The reason I ask is that the Misono UX10 seems to be a strong candidate for being the best mass-produced stainless yo-gyuto in the world

(along with Ikkanshi Tadatsuna, Hattori FH, and probably others).

Later,

John


----------



## trooper (Jan 21, 2011)

I have to think now, to answer your question, Dr. Owl. . .



Dr Owl said:


> trooper said:
> 
> 
> > ... the UX-10 at about 9 1/2" ... isn't the greatest knife in the world and not the worse either. It just works for me.
> ...


I concur with the fact: A knife designed for a specific task is always better than any knife that is not - no matter the cost.

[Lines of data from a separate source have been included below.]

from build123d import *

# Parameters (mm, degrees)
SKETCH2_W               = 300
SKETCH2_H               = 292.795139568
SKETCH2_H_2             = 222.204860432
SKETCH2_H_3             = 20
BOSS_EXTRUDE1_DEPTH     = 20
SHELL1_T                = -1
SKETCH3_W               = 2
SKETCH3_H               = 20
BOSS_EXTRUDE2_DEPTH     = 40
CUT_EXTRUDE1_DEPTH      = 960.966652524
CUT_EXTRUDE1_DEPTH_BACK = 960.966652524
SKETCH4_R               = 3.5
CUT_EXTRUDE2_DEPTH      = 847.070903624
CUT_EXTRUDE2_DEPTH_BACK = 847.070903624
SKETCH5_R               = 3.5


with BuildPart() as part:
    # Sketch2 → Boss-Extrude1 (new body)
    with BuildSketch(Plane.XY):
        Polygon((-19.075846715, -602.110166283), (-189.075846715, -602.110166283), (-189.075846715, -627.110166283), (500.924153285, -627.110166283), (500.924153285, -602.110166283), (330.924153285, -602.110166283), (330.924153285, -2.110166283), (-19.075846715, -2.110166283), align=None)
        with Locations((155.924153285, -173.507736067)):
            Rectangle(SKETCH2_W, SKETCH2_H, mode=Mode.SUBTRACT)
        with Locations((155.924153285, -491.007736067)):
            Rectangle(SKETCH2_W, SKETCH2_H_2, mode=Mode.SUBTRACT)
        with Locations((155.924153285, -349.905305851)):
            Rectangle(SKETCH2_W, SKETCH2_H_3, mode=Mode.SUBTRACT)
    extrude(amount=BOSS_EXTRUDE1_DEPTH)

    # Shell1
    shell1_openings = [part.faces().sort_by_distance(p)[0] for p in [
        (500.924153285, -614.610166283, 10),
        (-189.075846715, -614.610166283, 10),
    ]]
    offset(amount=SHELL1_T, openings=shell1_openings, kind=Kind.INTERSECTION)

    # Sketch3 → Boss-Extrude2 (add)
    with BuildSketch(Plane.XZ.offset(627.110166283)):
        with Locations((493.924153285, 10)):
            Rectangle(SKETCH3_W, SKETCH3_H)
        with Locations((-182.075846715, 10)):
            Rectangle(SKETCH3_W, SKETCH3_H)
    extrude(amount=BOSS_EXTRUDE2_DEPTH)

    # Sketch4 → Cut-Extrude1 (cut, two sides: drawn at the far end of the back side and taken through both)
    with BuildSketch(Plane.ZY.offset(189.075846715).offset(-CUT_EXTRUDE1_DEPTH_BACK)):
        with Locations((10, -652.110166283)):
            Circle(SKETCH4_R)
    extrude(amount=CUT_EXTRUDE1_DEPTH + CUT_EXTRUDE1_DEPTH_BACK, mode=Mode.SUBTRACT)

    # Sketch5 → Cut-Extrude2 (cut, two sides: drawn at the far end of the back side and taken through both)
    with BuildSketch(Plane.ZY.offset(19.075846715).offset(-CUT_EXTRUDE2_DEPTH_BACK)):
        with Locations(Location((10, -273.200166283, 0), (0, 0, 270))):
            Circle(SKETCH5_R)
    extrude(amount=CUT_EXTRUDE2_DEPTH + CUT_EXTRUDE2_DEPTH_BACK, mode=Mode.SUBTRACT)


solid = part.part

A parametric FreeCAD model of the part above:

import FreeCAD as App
import Part
import Sketcher
from FreeCAD import Vector


def faces_at(feature, points):
    """Names of the faces that lie closest to the given points."""
    faces = feature.Shape.Faces
    near = lambda p: min(range(len(faces)), key=lambda i: faces[i].distToShape(Part.Vertex(*p))[0])
    return sorted({f"Face{near(p) + 1}" for p in points})


def add_polygon(sketch, points):
    """Adds a closed chain of lines whose ends are joined by coincident constraints."""
    first, n = sketch.GeometryCount, len(points)
    for a, b in zip(points, points[1:] + points[:1]):
        sketch.addGeometry(Part.LineSegment(App.Vector(*a, 0), App.Vector(*b, 0)), False)
    for i in range(n):
        sketch.addConstraint(Sketcher.Constraint("Coincident", first + i, 2, first + (i + 1) % n, 1))

doc = App.newDocument("Part")
params = doc.addObject("Spreadsheet::Sheet", "Params")
for row, (alias, value) in enumerate([
    ("sketch1_width", "170 mm"),
    ("sketch1_width2", "690 mm"),
    ("sketch1_width3", "300 mm"),
    ("sketch1_height", "25 mm"),
    ("sketch1_height2", "600 mm"),
    ("pad1_length", "20 mm"),
    ("thickness_wall", "1 mm"),
    ("sketch2_width", "2 mm"),
    ("sketch2_height", "20 mm"),
    ("pad2_length", "40 mm"),
    ("sketch3_diameter", "7 mm"),
    ("sketch4_diameter", "7 mm"),
], start=1):
    params.set(f"A{row}", alias)
    params.set(f"B{row}", "=" + value)
    params.setAlias(f"B{row}", alias)

body = doc.addObject("PartDesign::Body", "Body")

# Sketch on XY plane
sketch1 = doc.addObject("Sketcher::SketchObject", "Sketch")
body.addObject(sketch1)
sketch1.AttachmentSupport = (doc.XY_Plane, [""])
sketch1.MapMode = "FlatFace"
add_polygon(sketch1, [(-19.075847, -602.110166), (-189.075847, -602.110166), (-189.075847, -627.110166), (500.924153, -627.110166), (500.924153, -602.110166), (330.924153, -602.110166), (330.924153, -2.110166), (-19.075847, -2.110166)])  # lines 0-7
add_polygon(sketch1, [(305.924153, -602.110166), (5.924153, -602.110166), (5.924153, -379.905306), (305.924153, -379.905306)])  # lines 8-11
add_polygon(sketch1, [(305.924153, -359.905306), (5.924153, -359.905306), (5.924153, -339.905306), (305.924153, -339.905306)])  # lines 12-15
add_polygon(sketch1, [(305.924153, -319.905306), (5.924153, -319.905306), (5.924153, -27.110166), (305.924153, -27.110166)])  # lines 16-19
sketch1.addConstraint([
    Sketcher.Constraint("Horizontal", 0),
    Sketcher.Constraint("Vertical", 1),
    Sketcher.Constraint("Horizontal", 2),
    Sketcher.Constraint("Vertical", 3),
    Sketcher.Constraint("Horizontal", 4),
    Sketcher.Constraint("Vertical", 5),
    Sketcher.Constraint("Horizontal", 6),
    Sketcher.Constraint("Vertical", 7),
    Sketcher.Constraint("Horizontal", 8),
    Sketcher.Constraint("Vertical", 9),
    Sketcher.Constraint("Horizontal", 10),
    Sketcher.Constraint("Vertical", 11),
    Sketcher.Constraint("Horizontal", 12),
    Sketcher.Constraint("Vertical", 13),
    Sketcher.Constraint("Horizontal", 14),
    Sketcher.Constraint("Vertical", 15),
    Sketcher.Constraint("Horizontal", 16),
    Sketcher.Constraint("Vertical", 17),
    Sketcher.Constraint("Horizontal", 18),
    Sketcher.Constraint("Vertical", 19),
    Sketcher.Constraint("Horizontal", 0, 2, 3, 2),
    Sketcher.Constraint("Horizontal", 7, 2, 8, 2),
    Sketcher.Constraint("Vertical", 9, 2, 12, 2),
    Sketcher.Constraint("Vertical", 11, 2, 14, 2),
    Sketcher.Constraint("Vertical", 13, 2, 16, 2),
    Sketcher.Constraint("Vertical", 15, 2, 18, 2),
    Sketcher.Constraint("Equal", 0, 4),
    Sketcher.Constraint("DistanceX", 0, 2, 0, 1, 170.0),
    Sketcher.Constraint("DistanceX", 2, 1, 2, 2, 690.0),
    Sketcher.Constraint("DistanceX", 8, 2, 8, 1, 300.0),
    Sketcher.Constraint("DistanceY", 1, 2, 1, 1, 25.0),
    Sketcher.Constraint("DistanceY", 5, 1, 5, 2, 600.0),
    Sketcher.Constraint("DistanceY", 13, 1, 13, 2, 20.0),
    Sketcher.Constraint("DistanceX", 7, 2, 8, 2, 25.0),
    Sketcher.Constraint("DistanceY", 9, 2, 12, 2, 20.0),
    Sketcher.Constraint("DistanceY", 13, 2, 16, 2, 20.0),
    Sketcher.Constraint("DistanceY", 17, 2, 6, 2, 25.0),
    Sketcher.Constraint("DistanceY", 9, 1, 9, 2, 222.20486),
    Sketcher.Constraint("DistanceX", 0, 2, -1, 1, 189.075847),
    Sketcher.Constraint("DistanceY", 0, 2, -1, 1, 602.110166),
])
sketch1.setExpression("Constraints[47]", "Params.sketch1_width")
sketch1.setExpression("Constraints[48]", "Params.sketch1_width2")
sketch1.setExpression("Constraints[49]", "Params.sketch1_width3")
sketch1.setExpression("Constraints[50]", "Params.sketch1_height")
sketch1.setExpression("Constraints[51]", "Params.sketch1_height2")
pad1 = doc.addObject("PartDesign::Pad", "Pad")
body.addObject(pad1)
pad1.Profile = sketch1
pad1.setExpression("Length", "Params.pad1_length")
doc.recompute()

thickness = doc.addObject("PartDesign::Thickness", "Thickness")
body.addObject(thickness)
thickness.Base = (pad1, faces_at(pad1, [(500.924, -614.61, 10), (-189.076, -614.61, 10)]))
thickness.setExpression("Value", "Params.thickness_wall")
thickness.Reversed = True
thickness.Join = "Intersection"

# Sketch on XZ plane
sketch2 = doc.addObject("Sketcher::SketchObject", "Sketch001")
body.addObject(sketch2)
sketch2.AttachmentSupport = (doc.XZ_Plane, [""])
sketch2.MapMode = "FlatFace"
sketch2.AttachmentOffset = App.Placement(Vector(0, 0, 627.110166), App.Rotation())
add_polygon(sketch2, [(492.924153, 20), (492.924153, 0), (494.924153, 0), (494.924153, 20)])  # lines 0-3
add_polygon(sketch2, [(-183.075847, 20), (-183.075847, 0), (-181.075847, 0), (-181.075847, 20)])  # lines 4-7
sketch2.addConstraint([
    Sketcher.Constraint("Vertical", 0),
    Sketcher.Constraint("Horizontal", 1),
    Sketcher.Constraint("Vertical", 2),
    Sketcher.Constraint("Horizontal", 3),
    Sketcher.Constraint("Vertical", 4),
    Sketcher.Constraint("Horizontal", 5),
    Sketcher.Constraint("Vertical", 6),
    Sketcher.Constraint("Horizontal", 7),
    Sketcher.Constraint("PointOnObject", 0, 2, -1),
    Sketcher.Constraint("PointOnObject", 4, 2, -1),
    Sketcher.Constraint("Horizontal", 3, 2, 6, 2),
    Sketcher.Constraint("Equal", 3, 5),
    Sketcher.Constraint("DistanceX", 1, 1, 1, 2, 2.0),
    Sketcher.Constraint("DistanceY", 0, 2, 0, 1, 20.0),
    Sketcher.Constraint("DistanceX", 4, 2, 0, 2, 676.0),
    Sketcher.Constraint("DistanceX", -1, 1, 0, 2, 492.924153),
])
sketch2.setExpression("Constraints[20]", "Params.sketch2_width")
sketch2.setExpression("Constraints[21]", "Params.sketch2_height")
pad2 = doc.addObject("PartDesign::Pad", "Pad001")
body.addObject(pad2)
pad2.Profile = sketch2
pad2.setExpression("Length", "Params.pad2_length")

# Sketch on YZ plane
sketch3 = doc.addObject("Sketcher::SketchObject", "Sketch002")
body.addObject(sketch3)
sketch3.AttachmentSupport = (doc.YZ_Plane, [""])
sketch3.MapMode = "FlatFace"
sketch3.AttachmentOffset = App.Placement(Vector(0, 0, -189.075847), App.Rotation())
sketch3.addGeometry(Part.Circle(Vector(-652.110166, 10, 0), Vector(0, 0, 1), 3.5), False)
sketch3.addConstraint([
    Sketcher.Constraint("Diameter", 0, 7.0),
    Sketcher.Constraint("DistanceY", -1, 1, 0, 3, 10.0),
    Sketcher.Constraint("DistanceX", 0, 3, -1, 1, 652.110166),
])
sketch3.setExpression("Constraints[0]", "Params.sketch3_diameter")
pocket1 = doc.addObject("PartDesign::Pocket", "Pocket")
body.addObject(pocket1)
pocket1.Profile = sketch3
pocket1.Type = "ThroughAll"
pocket1.Midplane = True

# Sketch on YZ plane
sketch4 = doc.addObject("Sketcher::SketchObject", "Sketch003")
body.addObject(sketch4)
sketch4.AttachmentSupport = (doc.YZ_Plane, [""])
sketch4.MapMode = "FlatFace"
sketch4.AttachmentOffset = App.Placement(Vector(0, 0, -19.075847), App.Rotation())
sketch4.addGeometry(Part.Circle(Vector(-273.200166, 10, 0), Vector(0, 0, 1), 3.5), False)
sketch4.addConstraint([
    Sketcher.Constraint("Diameter", 0, 7.0),
    Sketcher.Constraint("DistanceY", -1, 1, 0, 3, 10.0),
    Sketcher.Constraint("DistanceX", 0, 3, -1, 1, 273.200166),
])
sketch4.setExpression("Constraints[0]", "Params.sketch4_diameter")
pocket2 = doc.addObject("PartDesign::Pocket", "Pocket001")
body.addObject(pocket2)
pocket2.Profile = sketch4
pocket2.Type = "ThroughAll"
pocket2.Midplane = True

doc.recompute()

The first time I walked into a commercial kitchen I had my full compliment of tools, cutlery, everything.

(And yes, I laugh when I see a stage or new cook do the same thing now.)

I made some minor adjustments to my UX-10 for practical reasons:

- It sports a 15/15 bi-lateral edge

- I sanded/polished the spine ahead of the bolster somewhat so it is more comfortable.

The perfect knife (for me) would look very much like a UX-10 but:

1. My above mods would come stock.

2. The rear angle from bolster to heel would be another couple degrees forward - so the heel would land maybe 3mm ahead of where it lands as-is.

- In the image I have the tip of my Sharpie pointing at where it should start, and the black line at where the heel should land.

3. The belly would be just slightly flatter before the radius comes off the board - Give me another couple centimeters of full contact on the board.

4. It would be more like a full 10" instead of 9.5", but no longer than 10.25"

5. The knife as a whole would be forged with the bolster, or at least make the bolster the same material as the blade.

6. The whole of the knife would be better finished - like the grinds you see at the handle radius (I'll post a pic)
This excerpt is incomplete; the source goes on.